Kolumnen_Miststück der Woche IV/33 - Leserwunsch #43

Elton John: "Your Song"

Gut Ding will Weile haben? Nicht unbedingt, findet Manfred Prescher. Manches geht so ratzfatz, daß man sich hinterher nur wundern kann: Das heutige Wunschlied wurde zum Beispiel in Windeseile verfaßt und ist doch auf ewig haltbar.    06.07.2015

Manche Dinge ändern sich einfach nie: Du wachst morgens auf - und noch bevor sich das Hirn einschaltet, singst du, daß du nur noch die Welt retten mußt oder daß Geld guat brenna tuat. Widerstand ist absolut zwecklos, das Miststück setzt sich in dir fest. Begleitet dich ins Bad, zum Frühstück und in den Job. Manchmal freust du dich, weil dir zufällig ein alter Bekannter durch die Denkmurmel stromert, manchmal ist es dir schlicht peinlich. Wer will schon gern über sieben Brücken gehen oder von Jürgen Drews in den Tag geleitet werden?

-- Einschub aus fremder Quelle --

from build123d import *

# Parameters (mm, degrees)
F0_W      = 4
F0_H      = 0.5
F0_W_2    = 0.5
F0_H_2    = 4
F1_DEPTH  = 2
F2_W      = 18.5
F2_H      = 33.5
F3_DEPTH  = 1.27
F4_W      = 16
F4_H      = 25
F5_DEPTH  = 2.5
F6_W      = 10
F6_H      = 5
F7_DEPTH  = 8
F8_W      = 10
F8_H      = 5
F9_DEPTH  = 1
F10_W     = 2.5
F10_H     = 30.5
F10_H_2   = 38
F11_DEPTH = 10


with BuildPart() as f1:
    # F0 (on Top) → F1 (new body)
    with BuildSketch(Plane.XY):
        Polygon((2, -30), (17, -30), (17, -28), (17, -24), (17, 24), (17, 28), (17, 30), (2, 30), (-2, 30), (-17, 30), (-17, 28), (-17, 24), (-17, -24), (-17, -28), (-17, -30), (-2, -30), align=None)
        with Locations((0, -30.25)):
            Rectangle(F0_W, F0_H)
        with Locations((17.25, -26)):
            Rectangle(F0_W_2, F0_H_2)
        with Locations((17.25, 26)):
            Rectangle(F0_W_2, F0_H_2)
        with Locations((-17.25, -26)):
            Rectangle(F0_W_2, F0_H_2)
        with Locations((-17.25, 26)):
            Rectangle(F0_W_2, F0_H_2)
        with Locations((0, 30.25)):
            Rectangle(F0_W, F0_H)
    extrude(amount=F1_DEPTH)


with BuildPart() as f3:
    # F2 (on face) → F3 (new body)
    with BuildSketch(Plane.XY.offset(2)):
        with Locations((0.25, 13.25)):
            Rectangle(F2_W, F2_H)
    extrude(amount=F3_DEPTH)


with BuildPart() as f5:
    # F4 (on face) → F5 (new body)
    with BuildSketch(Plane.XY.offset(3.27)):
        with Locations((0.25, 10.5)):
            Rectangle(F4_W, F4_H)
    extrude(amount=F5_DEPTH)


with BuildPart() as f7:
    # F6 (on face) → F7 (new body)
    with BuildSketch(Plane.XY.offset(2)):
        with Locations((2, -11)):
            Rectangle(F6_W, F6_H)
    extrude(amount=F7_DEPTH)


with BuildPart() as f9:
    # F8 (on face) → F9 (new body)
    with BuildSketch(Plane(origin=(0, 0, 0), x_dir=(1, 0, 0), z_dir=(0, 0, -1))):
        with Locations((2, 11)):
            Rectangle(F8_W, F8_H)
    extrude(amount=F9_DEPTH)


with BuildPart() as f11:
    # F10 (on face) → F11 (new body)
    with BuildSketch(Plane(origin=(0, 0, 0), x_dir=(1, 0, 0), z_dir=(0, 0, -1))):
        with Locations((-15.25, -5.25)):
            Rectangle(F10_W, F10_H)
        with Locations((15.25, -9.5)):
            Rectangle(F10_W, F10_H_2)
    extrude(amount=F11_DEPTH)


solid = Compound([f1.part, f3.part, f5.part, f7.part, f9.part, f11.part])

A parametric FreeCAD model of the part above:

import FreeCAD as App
import Part
import Sketcher

V = App.Vector


def add_polygon(sketch, points):
    """Adds a closed chain of lines whose ends are joined by coincident constraints."""
    first, n = sketch.GeometryCount, len(points)
    for a, b in zip(points, points[1:] + points[:1]):
        sketch.addGeometry(Part.LineSegment(App.Vector(*a, 0), App.Vector(*b, 0)), False)
    for i in range(n):
        sketch.addConstraint(Sketcher.Constraint("Coincident", first + i, 2, first + (i + 1) % n, 1))

doc = App.newDocument("Part")
body = doc.addObject("PartDesign::Body", "Body")

# Sketch on XY plane
sketch1 = doc.addObject("Sketcher::SketchObject", "Sketch")
body.addObject(sketch1)
sketch1.AttachmentSupport = (doc.XY_Plane, [""])
sketch1.MapMode = "FlatFace"
add_polygon(sketch1, [(17, -30), (17, -28), (17.5, -28), (17.5, -24), (17, -24), (17, 24), (17.5, 24), (17.5, 28), (17, 28), (17, 30), (2, 30), (2, 30.5), (-2, 30.5), (-2, 30), (-17, 30), (-17, 28), (-17.5, 28), (-17.5, 24), (-17, 24), (-17, -24), (-17.5, -24), (-17.5, -28), (-17, -28), (-17, -30), (-2, -30), (-2, -30.5), (2, -30.5), (2, -30)])  # lines 0-27
sketch1.addConstraint([
    Sketcher.Constraint("Vertical", 0),
    Sketcher.Constraint("Horizontal", 1),
    Sketcher.Constraint("Vertical", 2),
    Sketcher.Constraint("Horizontal", 3),
    Sketcher.Constraint("Vertical", 4),
    Sketcher.Constraint("Horizontal", 5),
    Sketcher.Constraint("Vertical", 6),
    Sketcher.Constraint("Horizontal", 7),
    Sketcher.Constraint("Vertical", 8),
    Sketcher.Constraint("Horizontal", 9),
    Sketcher.Constraint("Vertical", 10),
    Sketcher.Constraint("Horizontal", 11),
    Sketcher.Constraint("Vertical", 12),
    Sketcher.Constraint("Horizontal", 13),
    Sketcher.Constraint("Vertical", 14),
    Sketcher.Constraint("Horizontal", 15),
    Sketcher.Constraint("Vertical", 16),
    Sketcher.Constraint("Horizontal", 17),
    Sketcher.Constraint("Vertical", 18),
    Sketcher.Constraint("Horizontal", 19),
    Sketcher.Constraint("Vertical", 20),
    Sketcher.Constraint("Horizontal", 21),
    Sketcher.Constraint("Vertical", 22),
    Sketcher.Constraint("Horizontal", 23),
    Sketcher.Constraint("Vertical", 24),
    Sketcher.Constraint("Horizontal", 25),
    Sketcher.Constraint("Vertical", 26),
    Sketcher.Constraint("Horizontal", 27),
    Sketcher.Constraint("Symmetric", 0, 2, 14, 2, -1, 1),
    Sketcher.Constraint("Symmetric", 2, 2, 16, 2, -1, 1),
    Sketcher.Constraint("Symmetric", 4, 2, 18, 2, -1, 1),
    Sketcher.Constraint("Symmetric", 6, 2, 20, 2, -1, 1),
    Sketcher.Constraint("Symmetric", 8, 2, 22, 2, -1, 1),
    Sketcher.Constraint("Symmetric", 10, 2, 24, 2, -1, 1),
    Sketcher.Constraint("Symmetric", 12, 2, 26, 2, -1, 1),
    Sketcher.Constraint("Symmetric", 9, 2, 12, 2, -2),
    Sketcher.Constraint("Symmetric", 7, 2, 14, 2, -2),
    Sketcher.Constraint("Symmetric", 5, 2, 16, 2, -2),
    Sketcher.Constraint("Vertical", 0, 2, 3, 2),
    Sketcher.Constraint("Equal", 25, 2),
    Sketcher.Constraint("Equal", 21, 10),
    Sketcher.Constraint("DistanceX", 9, 2, 9, 1, 15.0),
    Sketcher.Constraint("DistanceX", 11, 2, 11, 1, 4.0),
    Sketcher.Constraint("DistanceY", 0, 1, 0, 2, 2.0),
    Sketcher.Constraint("DistanceY", 4, 1, 4, 2, 48.0),
    Sketcher.Constraint("DistanceX", 1, 1, 1, 2, 0.5),
])
pad1 = doc.addObject("PartDesign::Pad", "Pad")
body.addObject(pad1)
pad1.Profile = sketch1
pad1.Length = 2
body2 = doc.addObject("PartDesign::Body", "Body001")

# Sketch on XY plane
sketch2 = doc.addObject("Sketcher::SketchObject", "Sketch001")
body2.addObject(sketch2)
sketch2.AttachmentSupport = (doc.getObject("XY_Plane001"), [""])
sketch2.MapMode = "FlatFace"
sketch2.AttachmentOffset = App.Placement(V(0, 0, 2), App.Rotation())
add_polygon(sketch2, [(-9, 30), (-9, -4), (10, -4), (10, 30)])  # lines 0-3
sketch2.addConstraint([
    Sketcher.Constraint("Vertical", 0),
    Sketcher.Constraint("Horizontal", 1),
    Sketcher.Constraint("Vertical", 2),
    Sketcher.Constraint("Horizontal", 3),
    Sketcher.Constraint("DistanceX", 1, 1, 1, 2, 18.5),
    Sketcher.Constraint("DistanceY", 0, 2, 0, 1, 33.5),
    Sketcher.Constraint("DistanceX", 0, 2, -1, 1, 9.0),
    Sketcher.Constraint("DistanceY", -1, 1, 2, 2, 30.0),
])
pad2 = doc.addObject("PartDesign::Pad", "Pad001")
body2.addObject(pad2)
pad2.Profile = sketch2
pad2.Length = 1.27
body3 = doc.addObject("PartDesign::Body", "Body002")

# Sketch on XY plane
sketch3 = doc.addObject("Sketcher::SketchObject", "Sketch002")
body3.addObject(sketch3)
sketch3.AttachmentSupport = (doc.getObject("XY_Plane002"), [""])
sketch3.MapMode = "FlatFace"
sketch3.AttachmentOffset = App.Placement(V(0, 0, 3.27), App.Rotation())
add_polygon(sketch3, [(-8, 23), (-8, -2), (8, -2), (8, 23)])  # lines 0-3
sketch3.addConstraint([
    Sketcher.Constraint("Vertical", 0),
    Sketcher.Constraint("Horizontal", 1),
    Sketcher.Constraint("Vertical", 2),
    Sketcher.Constraint("Horizontal", 3),
    Sketcher.Constraint("DistanceX", 1, 1, 1, 2, 16.0),
    Sketcher.Constraint("DistanceY", 0, 2, 0, 1, 25.0),
    Sketcher.Constraint("DistanceY", 0, 2, -1, 1, 2.0),
    Sketcher.Constraint("DistanceX", 0, 2, -1, 1, 7.75),
])
pad3 = doc.addObject("PartDesign::Pad", "Pad002")
body3.addObject(pad3)
pad3.Profile = sketch3
pad3.Length = 2.5
body4 = doc.addObject("PartDesign::Body", "Body003")

# Sketch on XY plane
sketch4 = doc.addObject("Sketcher::SketchObject", "Sketch003")
body4.addObject(sketch4)
sketch4.AttachmentSupport = (doc.getObject("XY_Plane003"), [""])
sketch4.MapMode = "FlatFace"
sketch4.AttachmentOffset = App.Placement(V(0, 0, 2), App.Rotation())
add_polygon(sketch4, [(-3, -8), (-3, -14), (7, -14), (7, -8)])  # lines 0-3
sketch4.addConstraint([
    Sketcher.Constraint("Vertical", 0),
    Sketcher.Constraint("Horizontal", 1),
    Sketcher.Constraint("Vertical", 2),
    Sketcher.Constraint("Horizontal", 3),
    Sketcher.Constraint("DistanceX", 1, 1, 1, 2, 10.0),
    Sketcher.Constraint("DistanceY", 0, 2, 0, 1, 5.0),
    Sketcher.Constraint("DistanceX", 0, 2, -1, 1, 3.0),
    Sketcher.Constraint("DistanceY", 0, 2, -1, 1, 13.5),
])
pad4 = doc.addObject("PartDesign::Pad", "Pad003")
body4.addObject(pad4)
pad4.Profile = sketch4
pad4.Length = 8
body5 = doc.addObject("PartDesign::Body", "Body004")

# Sketch on XY plane
sketch5 = doc.addObject("Sketcher::SketchObject", "Sketch004")
body5.addObject(sketch5)
sketch5.AttachmentSupport = (doc.getObject("XY_Plane004"), [""])
sketch5.MapMode = "FlatFace"
add_polygon(sketch5, [(-3, -14), (-3, -8), (7, -8), (7, -14)])  # lines 0-3
sketch5.addConstraint([
    Sketcher.Constraint("Vertical", 0),
    Sketcher.Constraint("Horizontal", 1),
    Sketcher.Constraint("Vertical", 2),
    Sketcher.Constraint("Horizontal", 3),
    Sketcher.Constraint("DistanceX", 1, 1, 1, 2, 10.0),
    Sketcher.Constraint("DistanceY", 0, 1, 0, 2, 5.0),
    Sketcher.Constraint("DistanceX", 0, 2, -1, 1, 3.0),
    Sketcher.Constraint("DistanceY", 0, 2, -1, 1, 8.5),
])
pad5 = doc.addObject("PartDesign::Pad", "Pad004")
body5.addObject(pad5)
pad5.Profile = sketch5
pad5.Length = 1
pad5.Reversed = True
body6 = doc.addObject("PartDesign::Body", "Body005")
body6.AllowCompound = True

# Sketch on XY plane
sketch6 = doc.addObject("Sketcher::SketchObject", "Sketch005")
body6.addObject(sketch6)
sketch6.AttachmentSupport = (doc.getObject("XY_Plane005"), [""])
sketch6.MapMode = "FlatFace"
add_polygon(sketch6, [(-16.5, -10), (-16.5, 20.5), (-14, 20.5), (-14, -10)])  # lines 0-3
add_polygon(sketch6, [(14, -9.5), (14, 28.5), (16.5, 28.5), (16.5, -9.5)])  # lines 4-7
sketch6.addConstraint([
    Sketcher.Constraint("Vertical", 0),
    Sketcher.Constraint("Horizontal", 1),
    Sketcher.Constraint("Vertical", 2),
    Sketcher.Constraint("Horizontal", 3),
    Sketcher.Constraint("Vertical", 4),
    Sketcher.Constraint("Horizontal", 5),
    Sketcher.Constraint("Vertical", 6),
    Sketcher.Constraint("Horizontal", 7),
    Sketcher.Constraint("Equal", 3, 5),
    Sketcher.Constraint("DistanceY", 4, 1, 4, 2, 38.0),
    Sketcher.Constraint("DistanceX", 1, 1, 1, 2, 2.5),
    Sketcher.Constraint("DistanceY", 0, 1, 0, 2, 30.5),
    Sketcher.Constraint("DistanceX", 1, 2, -1, 1, 14.0),
    Sketcher.Constraint("DistanceY", 2, 2, -1, 1, 10.0),
    Sketcher.Constraint("DistanceX", -1, 1, 4, 2, 14.0),
    Sketcher.Constraint("DistanceY", 1, 2, 4, 2, 8.0),
])
pad6 = doc.addObject("PartDesign::Pad", "Pad005")
body6.addObject(pad6)
pad6.Profile = sketch6
pad6.Length = 10
pad6.Reversed = True

doc.recompute()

In dieser Kolumne geht es um hinterhältige und fiese Lieder, die sich in dir festsetzen.

 

Die Gebrauchsanweisung für ein optimales Steuersystem sollte auf einen Bierdeckel passen, die Anleitung für ein neues Smartphone benötigt sogar noch weniger Platz. Der legendäre Mini wurde von Herr Alec Issigonis beim Lunch auf eine Serviette gekrakelt und zum Welterfolg. Und Elton John schrieb die Melodie von "Your Song" vor mehr als 45 Jahren binnen zehn Minuten. Sein kongenialer Textpartner Bernie Taupin brauchte für die weltberühmten Zeilen des Liebeslieds kaum länger. Er dichtete auf einen vermutlich gebrauchten Zettel, der danach mit profanen Eier- und Kaffeeflecken verziert war.

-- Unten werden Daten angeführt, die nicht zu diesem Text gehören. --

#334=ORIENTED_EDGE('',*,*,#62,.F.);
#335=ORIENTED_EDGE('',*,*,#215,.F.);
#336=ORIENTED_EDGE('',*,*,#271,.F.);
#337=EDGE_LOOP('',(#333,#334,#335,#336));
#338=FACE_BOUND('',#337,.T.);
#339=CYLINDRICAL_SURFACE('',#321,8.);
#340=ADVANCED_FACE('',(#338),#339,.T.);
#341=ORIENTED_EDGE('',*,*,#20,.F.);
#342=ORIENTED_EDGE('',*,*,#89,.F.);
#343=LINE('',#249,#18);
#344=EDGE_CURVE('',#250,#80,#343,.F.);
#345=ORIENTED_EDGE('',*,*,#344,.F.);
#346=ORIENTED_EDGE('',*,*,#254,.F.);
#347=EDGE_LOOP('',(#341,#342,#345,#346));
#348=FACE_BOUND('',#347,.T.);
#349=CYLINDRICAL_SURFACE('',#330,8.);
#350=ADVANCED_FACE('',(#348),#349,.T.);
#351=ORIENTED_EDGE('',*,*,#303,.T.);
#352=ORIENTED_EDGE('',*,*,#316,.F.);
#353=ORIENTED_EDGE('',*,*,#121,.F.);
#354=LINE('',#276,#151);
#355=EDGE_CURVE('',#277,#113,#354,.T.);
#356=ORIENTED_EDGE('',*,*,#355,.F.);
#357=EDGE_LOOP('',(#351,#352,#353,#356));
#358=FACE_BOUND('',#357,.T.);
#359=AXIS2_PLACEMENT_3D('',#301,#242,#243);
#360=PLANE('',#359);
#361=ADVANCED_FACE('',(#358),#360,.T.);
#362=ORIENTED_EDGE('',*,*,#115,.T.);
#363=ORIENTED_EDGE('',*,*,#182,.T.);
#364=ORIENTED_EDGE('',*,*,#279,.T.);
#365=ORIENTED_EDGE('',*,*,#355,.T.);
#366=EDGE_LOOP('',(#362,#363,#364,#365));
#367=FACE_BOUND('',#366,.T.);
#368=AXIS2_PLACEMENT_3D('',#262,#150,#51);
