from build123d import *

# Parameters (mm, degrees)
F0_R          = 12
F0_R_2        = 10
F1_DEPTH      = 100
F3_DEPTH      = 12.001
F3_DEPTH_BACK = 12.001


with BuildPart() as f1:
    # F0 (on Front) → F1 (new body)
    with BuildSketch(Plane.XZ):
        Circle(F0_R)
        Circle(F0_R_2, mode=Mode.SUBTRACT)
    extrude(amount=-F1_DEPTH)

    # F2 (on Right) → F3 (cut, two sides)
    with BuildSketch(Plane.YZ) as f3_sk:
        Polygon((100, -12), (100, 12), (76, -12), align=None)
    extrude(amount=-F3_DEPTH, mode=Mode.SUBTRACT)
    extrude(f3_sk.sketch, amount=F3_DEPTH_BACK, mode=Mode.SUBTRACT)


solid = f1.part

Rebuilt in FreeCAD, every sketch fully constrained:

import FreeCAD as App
import Part
import Sketcher
from FreeCAD import Vector

doc = App.newDocument("Part")
body = doc.addObject("PartDesign::Body", "Body")

sketch1 = body.newObject("Sketcher::SketchObject", "Sketch")
sketch1.AttachmentSupport = (doc.getObject("XZ_Plane"), [""])
sketch1.MapMode = "FlatFace"
sketch1.addGeometry([
    Part.Circle(Vector(0, 0, 0), Vector(0, 0, 1), 12),
    Part.Circle(Vector(0, 0, 0), Vector(0, 0, 1), 10),
], False)
sketch1.addConstraint([
    Sketcher.Constraint("Coincident", 0, 3, -1, 1),
    Sketcher.Constraint("Coincident", 1, 3, -1, 1),
    Sketcher.Constraint("Diameter", 0, 24.0),
    Sketcher.Constraint("Diameter", 1, 20.0),
])
pad1 = body.newObject("PartDesign::Pad", "Pad")
pad1.Profile = sketch1
pad1.Length = 100
pad1.Reversed = True

sketch2 = body.newObject("Sketcher::SketchObject", "Sketch001")
sketch2.AttachmentSupport = (doc.getObject("YZ_Plane"), [""])
sketch2.MapMode = "FlatFace"
sketch2.addGeometry([
    Part.LineSegment(Vector(100, -12, 0), Vector(100, 12, 0)),
    Part.LineSegment(Vector(100, 12, 0), Vector(76, -12, 0)),
    Part.LineSegment(Vector(76, -12, 0), Vector(100, -12, 0)),
], False)
sketch2.addConstraint([
    Sketcher.Constraint("Coincident", 0, 2, 1, 1),
    Sketcher.Constraint("Coincident", 1, 2, 2, 1),
    Sketcher.Constraint("Coincident", 2, 2, 0, 1),
    Sketcher.Constraint("Vertical", 0),
    Sketcher.Constraint("Horizontal", 2),
    Sketcher.Constraint("Equal", 2, 0),
    Sketcher.Constraint("DistanceX", 2, 1, 2, 2, 24.0),
    Sketcher.Constraint("DistanceX", -1, 1, 0, 2, 100.0),
    Sketcher.Constraint("DistanceY", -1, 1, 0, 2, 12.0),
])
pocket1 = body.newObject("PartDesign::Pocket", "Pocket")
pocket1.Profile = sketch2
pocket1.Type = "ThroughAll"
pocket1.Midplane = True

doc.recompute()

Man merke: Am 27. Oktober 1969 verrichteten John und Taupin ihren Job während des Frühstücks und konnten sich danach für den langen Rest des Tages freinehmen. Eigentlich hätten sie der Arbeit komplett entsagen können, weil "Your Song" bis heute ordentlich Tantiemen abwirft. Aber gemeinsam schrieben sie noch viele Hits, die die Zeiten überdauerten: "Rocket Man", "Daniel", "Goodbye Yellow Brick Road", "Bennie And The Jets", "Sorry Seems To Be The Hardest Word", "The Bitch Is Back" oder "Saturday Night´s Alright For Fighting" - um ein paar Tracks zu nennen, die mir persönlich besonders gut gefallen. Die Beziehung von Elton John und Bernie Taupin ging irgendwann in die Brüche, und der passionierte Brillenträger wurstelte sich allein durchs Mittelmaß, watschelte durch seichte Pop-Gewässer - und fand seinen Partner vor ein paar Jahren wieder, doch dazu schrob ich bereits ein Miststück.

 

 

Die Botschaft von "Your Song" ist klar: Beschrieben wird ein Mann, der dem geliebten Menschen ein Haus bauen will, in dem dieser sich wohlfühlt. Ob es gleich ein "big house" sein muß, ist indes fragwürdig. Aber es sollte schon Wohlfühlplätze für beide geben. Und genug Raum, um auch Abstand voneinander halten zu können. Schließlich kann man sich dem anderen nur nähern, wenn einem der nicht dauernd auf den Zehen steht. Die zivilisationsmäßig zugestandenen acht Quadratmeter in den urbanen Wohnklos reichen dazu naturgemäß nicht. Die sind nur dann eine Lösung, wenn das Paar ohnehin Tag und Nacht mit Broterwerb - oder dem Mieteverdienen für die überteuerte Minibutze in München, Wien oder Hamburg - beschäftigt ist. Dann springt der Bock ins Boxspringbett, die Partnerin schminkt sich und beide die Zeit für sich oder gar den anderen ab. Es reicht dann nicht mal mehr für das Lesen spannender Krimis oder der lustigen Comics von Harry & Platte, die zu meiner Jugendzeit noch "Gin & Fizz" hießen. Aber Schnaps, das war bekanntlich sein letztes Wort, dann trugen ihn die Sittenwächter fort.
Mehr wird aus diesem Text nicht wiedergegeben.